Highlights & Insights¶
- Ingenuity of Reverse Task Construction: Treating the correct README as ground truth solves both the evaluation anchor problem and data scarcity simultaneously.
- Weak Model as a Validator: The counter-intuitive choice to use GPT-4.1-mini ensures that injected errors remain effective, as stronger models might fix them implicitly.
- Explicit Capability Dimensions: Decomposing performance into Planning/Perception/Feedback/Execution metrics provides quantifiable guidance for future agent training.
Limitations & Future Work¶
- While synthetic errors passed blind tests, they may still deviate from long-tail real-world failures such as rare platform heterogeneity.
- The evaluation depends on GPT-4.1-mini as a judge, which introduces inherent LLM bias.
- Currently, this is a benchmark; the work lacks a closed-loop experiment demonstrating that training agents on these trajectories leads to improved execution.

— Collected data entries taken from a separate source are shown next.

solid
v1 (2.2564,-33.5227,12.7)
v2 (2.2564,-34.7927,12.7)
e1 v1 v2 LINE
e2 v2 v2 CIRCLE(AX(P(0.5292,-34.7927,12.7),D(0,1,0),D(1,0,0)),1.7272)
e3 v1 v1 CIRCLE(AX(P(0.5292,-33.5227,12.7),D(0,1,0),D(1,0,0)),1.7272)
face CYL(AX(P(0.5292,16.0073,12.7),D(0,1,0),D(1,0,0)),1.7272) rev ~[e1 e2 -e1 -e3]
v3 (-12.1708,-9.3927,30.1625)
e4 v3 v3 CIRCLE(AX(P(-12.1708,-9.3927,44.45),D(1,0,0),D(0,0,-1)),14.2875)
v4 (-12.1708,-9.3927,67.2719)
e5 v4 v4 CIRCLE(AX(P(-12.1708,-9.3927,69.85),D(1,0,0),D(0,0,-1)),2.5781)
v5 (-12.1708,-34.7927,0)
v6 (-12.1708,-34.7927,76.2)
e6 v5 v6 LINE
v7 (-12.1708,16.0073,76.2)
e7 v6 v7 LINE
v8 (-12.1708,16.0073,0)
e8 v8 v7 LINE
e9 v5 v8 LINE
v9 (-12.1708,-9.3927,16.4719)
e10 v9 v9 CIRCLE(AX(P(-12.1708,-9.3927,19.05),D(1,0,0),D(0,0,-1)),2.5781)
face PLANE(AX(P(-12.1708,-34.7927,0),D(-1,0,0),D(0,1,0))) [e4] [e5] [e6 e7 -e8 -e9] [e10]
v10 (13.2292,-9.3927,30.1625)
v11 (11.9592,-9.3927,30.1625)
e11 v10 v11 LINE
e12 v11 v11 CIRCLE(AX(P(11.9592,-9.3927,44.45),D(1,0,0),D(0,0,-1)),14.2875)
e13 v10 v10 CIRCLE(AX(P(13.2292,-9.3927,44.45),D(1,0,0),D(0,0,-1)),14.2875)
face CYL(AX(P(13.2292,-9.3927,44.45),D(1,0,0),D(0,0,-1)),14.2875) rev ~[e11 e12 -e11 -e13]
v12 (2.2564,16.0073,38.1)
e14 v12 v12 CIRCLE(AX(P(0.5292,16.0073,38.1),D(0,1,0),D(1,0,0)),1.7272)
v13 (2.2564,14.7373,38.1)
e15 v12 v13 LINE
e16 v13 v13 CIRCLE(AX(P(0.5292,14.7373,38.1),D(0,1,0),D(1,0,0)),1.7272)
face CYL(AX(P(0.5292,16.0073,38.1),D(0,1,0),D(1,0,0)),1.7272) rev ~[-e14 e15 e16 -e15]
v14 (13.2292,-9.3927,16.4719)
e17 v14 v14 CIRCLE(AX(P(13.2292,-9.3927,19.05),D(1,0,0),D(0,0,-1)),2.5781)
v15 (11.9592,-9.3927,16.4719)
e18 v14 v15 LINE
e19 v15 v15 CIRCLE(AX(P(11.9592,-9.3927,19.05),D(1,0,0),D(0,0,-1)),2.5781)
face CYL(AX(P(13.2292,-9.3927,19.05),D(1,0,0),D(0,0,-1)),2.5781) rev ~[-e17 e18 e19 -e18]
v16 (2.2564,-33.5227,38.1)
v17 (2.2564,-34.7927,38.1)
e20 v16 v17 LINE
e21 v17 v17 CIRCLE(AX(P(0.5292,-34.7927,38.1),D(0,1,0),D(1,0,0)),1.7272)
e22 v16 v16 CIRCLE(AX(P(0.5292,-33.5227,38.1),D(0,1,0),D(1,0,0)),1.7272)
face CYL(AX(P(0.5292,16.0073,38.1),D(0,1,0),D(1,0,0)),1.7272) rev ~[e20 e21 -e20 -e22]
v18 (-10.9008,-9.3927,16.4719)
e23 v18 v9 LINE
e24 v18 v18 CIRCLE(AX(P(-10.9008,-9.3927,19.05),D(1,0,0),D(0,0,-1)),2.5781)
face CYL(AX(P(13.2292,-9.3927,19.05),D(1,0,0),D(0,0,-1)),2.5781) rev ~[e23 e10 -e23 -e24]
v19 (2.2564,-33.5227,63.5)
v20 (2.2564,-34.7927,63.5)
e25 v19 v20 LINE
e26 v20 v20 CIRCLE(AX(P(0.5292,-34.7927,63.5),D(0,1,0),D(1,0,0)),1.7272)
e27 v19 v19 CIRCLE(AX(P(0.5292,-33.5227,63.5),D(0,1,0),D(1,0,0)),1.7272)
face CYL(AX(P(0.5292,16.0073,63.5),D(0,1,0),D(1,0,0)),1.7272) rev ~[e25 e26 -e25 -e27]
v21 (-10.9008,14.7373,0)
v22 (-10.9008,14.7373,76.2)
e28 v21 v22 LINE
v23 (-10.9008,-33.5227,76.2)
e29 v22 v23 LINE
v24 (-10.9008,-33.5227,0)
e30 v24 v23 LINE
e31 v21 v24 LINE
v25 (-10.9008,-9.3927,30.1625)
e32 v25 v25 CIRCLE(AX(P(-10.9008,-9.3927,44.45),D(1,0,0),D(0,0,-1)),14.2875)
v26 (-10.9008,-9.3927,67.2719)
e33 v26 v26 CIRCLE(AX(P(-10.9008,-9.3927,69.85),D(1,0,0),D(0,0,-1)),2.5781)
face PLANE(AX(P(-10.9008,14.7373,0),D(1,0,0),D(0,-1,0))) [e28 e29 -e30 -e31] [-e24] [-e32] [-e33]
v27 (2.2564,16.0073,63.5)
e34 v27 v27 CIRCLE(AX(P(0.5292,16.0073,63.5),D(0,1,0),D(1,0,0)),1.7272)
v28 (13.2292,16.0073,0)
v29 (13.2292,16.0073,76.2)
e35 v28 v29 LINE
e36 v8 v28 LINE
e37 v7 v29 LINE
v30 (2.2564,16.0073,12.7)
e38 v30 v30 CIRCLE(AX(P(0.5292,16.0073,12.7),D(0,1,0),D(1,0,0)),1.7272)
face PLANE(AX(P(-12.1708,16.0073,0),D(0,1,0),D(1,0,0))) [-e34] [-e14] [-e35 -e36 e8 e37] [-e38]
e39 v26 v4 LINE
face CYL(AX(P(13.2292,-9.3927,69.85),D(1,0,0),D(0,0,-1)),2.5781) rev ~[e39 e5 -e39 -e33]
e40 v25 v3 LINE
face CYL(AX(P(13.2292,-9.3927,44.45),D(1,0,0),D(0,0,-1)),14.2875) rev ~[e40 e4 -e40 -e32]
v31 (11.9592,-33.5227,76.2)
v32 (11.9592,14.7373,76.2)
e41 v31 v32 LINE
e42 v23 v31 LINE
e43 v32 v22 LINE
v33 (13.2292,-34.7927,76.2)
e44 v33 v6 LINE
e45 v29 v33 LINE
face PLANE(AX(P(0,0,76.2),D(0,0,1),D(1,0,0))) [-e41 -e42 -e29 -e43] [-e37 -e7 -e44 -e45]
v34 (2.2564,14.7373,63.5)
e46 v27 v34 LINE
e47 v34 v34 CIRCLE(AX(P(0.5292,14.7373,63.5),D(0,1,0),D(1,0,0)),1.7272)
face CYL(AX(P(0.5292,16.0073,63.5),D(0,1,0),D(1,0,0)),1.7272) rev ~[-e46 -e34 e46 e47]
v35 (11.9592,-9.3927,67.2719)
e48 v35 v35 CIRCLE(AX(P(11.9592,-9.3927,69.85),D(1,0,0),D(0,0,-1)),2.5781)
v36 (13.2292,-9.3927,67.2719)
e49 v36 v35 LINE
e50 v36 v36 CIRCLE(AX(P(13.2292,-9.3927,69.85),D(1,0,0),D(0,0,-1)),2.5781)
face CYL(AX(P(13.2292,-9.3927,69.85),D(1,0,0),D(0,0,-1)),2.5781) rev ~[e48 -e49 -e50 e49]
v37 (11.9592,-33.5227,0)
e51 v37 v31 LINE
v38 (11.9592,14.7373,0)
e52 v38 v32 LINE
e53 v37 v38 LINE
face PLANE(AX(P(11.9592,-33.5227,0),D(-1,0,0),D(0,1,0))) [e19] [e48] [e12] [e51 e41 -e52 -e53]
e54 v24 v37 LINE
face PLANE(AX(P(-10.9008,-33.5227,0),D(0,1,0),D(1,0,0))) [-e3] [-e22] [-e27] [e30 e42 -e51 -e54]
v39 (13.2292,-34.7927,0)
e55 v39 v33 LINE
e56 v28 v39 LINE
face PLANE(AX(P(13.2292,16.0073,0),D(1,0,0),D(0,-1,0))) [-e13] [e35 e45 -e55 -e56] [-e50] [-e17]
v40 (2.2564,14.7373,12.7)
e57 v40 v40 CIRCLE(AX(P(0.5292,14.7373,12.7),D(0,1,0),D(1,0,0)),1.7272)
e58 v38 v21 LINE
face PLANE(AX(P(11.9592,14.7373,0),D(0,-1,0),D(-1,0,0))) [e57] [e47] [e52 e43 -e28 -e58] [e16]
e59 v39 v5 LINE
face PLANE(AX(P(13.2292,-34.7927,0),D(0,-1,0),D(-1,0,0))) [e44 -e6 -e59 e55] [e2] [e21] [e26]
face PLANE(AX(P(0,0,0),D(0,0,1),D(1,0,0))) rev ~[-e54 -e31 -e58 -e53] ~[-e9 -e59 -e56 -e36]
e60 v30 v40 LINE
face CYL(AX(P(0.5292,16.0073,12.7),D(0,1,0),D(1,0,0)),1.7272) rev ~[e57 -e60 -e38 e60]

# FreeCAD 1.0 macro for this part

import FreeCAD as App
import Part
import Sketcher

V = App.Vector
Q = App.Units.Quantity


def add_polygon(sketch, points):
    """Adds a closed chain of lines whose ends are joined by coincident constraints."""
    first, n = sketch.GeometryCount, len(points)
    for a, b in zip(points, points[1:] + points[:1]):
        sketch.addGeometry(Part.LineSegment(App.Vector(*a, 0), App.Vector(*b, 0)), False)
    for i in range(n):
        sketch.addConstraint(Sketcher.Constraint("Coincident", first + i, 2, first + (i + 1) % n, 1))

doc = App.newDocument("Part")
body = doc.addObject("PartDesign::Body", "Body")

sketch1 = body.newObject("Sketcher::SketchObject", "Sketch")
sketch1.AttachmentSupport = (doc.getObject("XY_Plane"), [""])
sketch1.MapMode = "FlatFace"
add_polygon(sketch1, [(13.2292, 16.0073), (-12.1708, 16.0073), (-12.1708, -34.7927), (13.2292, -34.7927)])
add_polygon(sketch1, [(-10.9008, 14.7373), (11.9592, 14.7373), (11.9592, -33.5227), (-10.9008, -33.5227)])
sketch1.addConstraint([
    Sketcher.Constraint("Horizontal", 0),
    Sketcher.Constraint("Vertical", 1),
    Sketcher.Constraint("Horizontal", 2),
    Sketcher.Constraint("Vertical", 3),
    Sketcher.Constraint("Horizontal", 4),
    Sketcher.Constraint("Vertical", 5),
    Sketcher.Constraint("Horizontal", 6),
    Sketcher.Constraint("Vertical", 7),
    Sketcher.Constraint("DistanceX", 0, 2, 0, 1, Q("1 in")),
    Sketcher.Constraint("DistanceY", 1, 2, 1, 1, Q("2 in")),
    Sketcher.Constraint("DistanceX", 4, 2, 3, 2, Q("0.05 in")),
    Sketcher.Constraint("DistanceY", 4, 2, 3, 2, Q("0.05 in")),
    Sketcher.Constraint("DistanceY", 2, 2, 5, 2, Q("0.05 in")),
    Sketcher.Constraint("DistanceX", 1, 2, 6, 2, Q("0.05 in")),
    Sketcher.Constraint("DistanceY", -1, 1, 0, 2, Q("0.6302 in")),
    Sketcher.Constraint("DistanceX", 0, 2, -1, 1, 12.1708),
])
pad1 = body.newObject("PartDesign::Pad", "Pad")
pad1.Profile = sketch1
pad1.Length = Q("3 in")

sketch2 = body.newObject("Sketcher::SketchObject", "Sketch001")
sketch2.AttachmentSupport = (doc.getObject("XZ_Plane"), [""])
sketch2.MapMode = "FlatFace"
sketch2.AttachmentOffset = App.Placement(V(0, 0, -0.6302087 * 25.4), App.Rotation())
sketch2.addGeometry(Part.Circle(V(0.5292, 12.7, 0), V(0, 0, 1), 1.7272), False)
sketch2.addConstraint([
    Sketcher.Constraint("Diameter", 0, Q("0.136 in")),
    Sketcher.Constraint("DistanceY", -1, 1, 0, 3, Q("0.5 in")),
    Sketcher.Constraint("DistanceX", -1, 1, 0, 3, 0.5292),
])
pocket1 = body.newObject("PartDesign::Pocket", "Pocket")
pocket1.Profile = sketch2
pocket1.Type = "ThroughAll"
pocket1.Reversed = True
doc.recompute()

linearpattern = body.newObject("PartDesign::LinearPattern", "LinearPattern")
linearpattern.Originals = [pocket1]
linearpattern.Direction = (doc.getObject("Z_Axis"), [""])
linearpattern.Mode = "offset"
linearpattern.Offset = Q("1 in")
linearpattern.Occurrences = 8
body.Tip = linearpattern

sketch3 = body.newObject("Sketcher::SketchObject", "Sketch002")
sketch3.AttachmentSupport = (doc.getObject("YZ_Plane"), [""])
sketch3.MapMode = "FlatFace"
sketch3.AttachmentOffset = App.Placement(V(0, 0, 13.2292), App.Rotation())
sketch3.addGeometry(Part.Circle(V(-9.3927, 44.45, 0), V(0, 0, 1), 14.2875), False)
sketch3.addConstraint([
    Sketcher.Constraint("Diameter", 0, Q("1.125 in")),
    Sketcher.Constraint("DistanceY", -1, 1, 0, 3, Q("1.75 in")),
    Sketcher.Constraint("DistanceX", 0, 3, -1, 1, Q("0.3698 in")),
])
pocket2 = body.newObject("PartDesign::Pocket", "Pocket001")
pocket2.Profile = sketch3
pocket2.Type = "ThroughAll"

sketch4 = body.newObject("Sketcher::SketchObject", "Sketch003")
sketch4.AttachmentSupport = (doc.getObject("YZ_Plane"), [""])
sketch4.MapMode = "FlatFace"
sketch4.AttachmentOffset = App.Placement(V(0, 0, 13.2292), App.Rotation())
sketch4.addGeometry([
    Part.Circle(V(-9.3927, 69.85, 0), V(0, 0, 1), 2.5781),
    Part.Circle(V(-9.3927, 19.05, 0), V(0, 0, 1), 2.5781),
], False)
sketch4.addConstraint([
    Sketcher.Constraint("Equal", 0, 1),
    Sketcher.Constraint("Vertical", 0, 3, 1, 3),
    Sketcher.Constraint("Diameter", 0, Q("0.203 in")),
    Sketcher.Constraint("DistanceY", 1, 3, 0, 3, Q("2 in")),
    Sketcher.Constraint("DistanceY", -1, 1, 0, 3, Q("2.75 in")),
    Sketcher.Constraint("DistanceX", 0, 3, -1, 1, Q("0.3698 in")),
])
pocket3 = body.newObject("PartDesign::Pocket", "Pocket002")
pocket3.Profile = sketch4
pocket3.Type = "ThroughAll"

doc.recompute()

- Difficulty is tiered by error count, which may not always correspond to true cognitive complexity.
Related Work & Insights¶
- Comparison to prior benchmarks (EnvBench, etc.): EnConda-Bench scales the number of instances significantly and introduces process-level granularity, identifying where agents fail.
- Comparison to Repo2Run: While Repo2Run focuses on the agentic architecture for configuration, EnConda-Bench provides the diagnostic framework to analyze such agents' internal weaknesses.
- Inspiration: The methodology of decomposing black-box metrics into trajectory-level capability dimensions can be extended to other long-process tasks like scientific research or GUI agents.
Rating¶
- Novelty: ⭐⭐⭐⭐⭐ Reverse injection generation + process-level diagnostic metrics.
- Experimental Thoroughness: ⭐⭐⭐⭐ Broad coverage of models and frameworks; however, lacks a closed-loop training improvement result.
- Writing Quality: ⭐⭐⭐⭐ Clear motivation and well-defined pipeline.
- Value: ⭐⭐⭐⭐⭐ Provides a scalable and diagnostic benchmark for a critical bottleneck in SWE agents.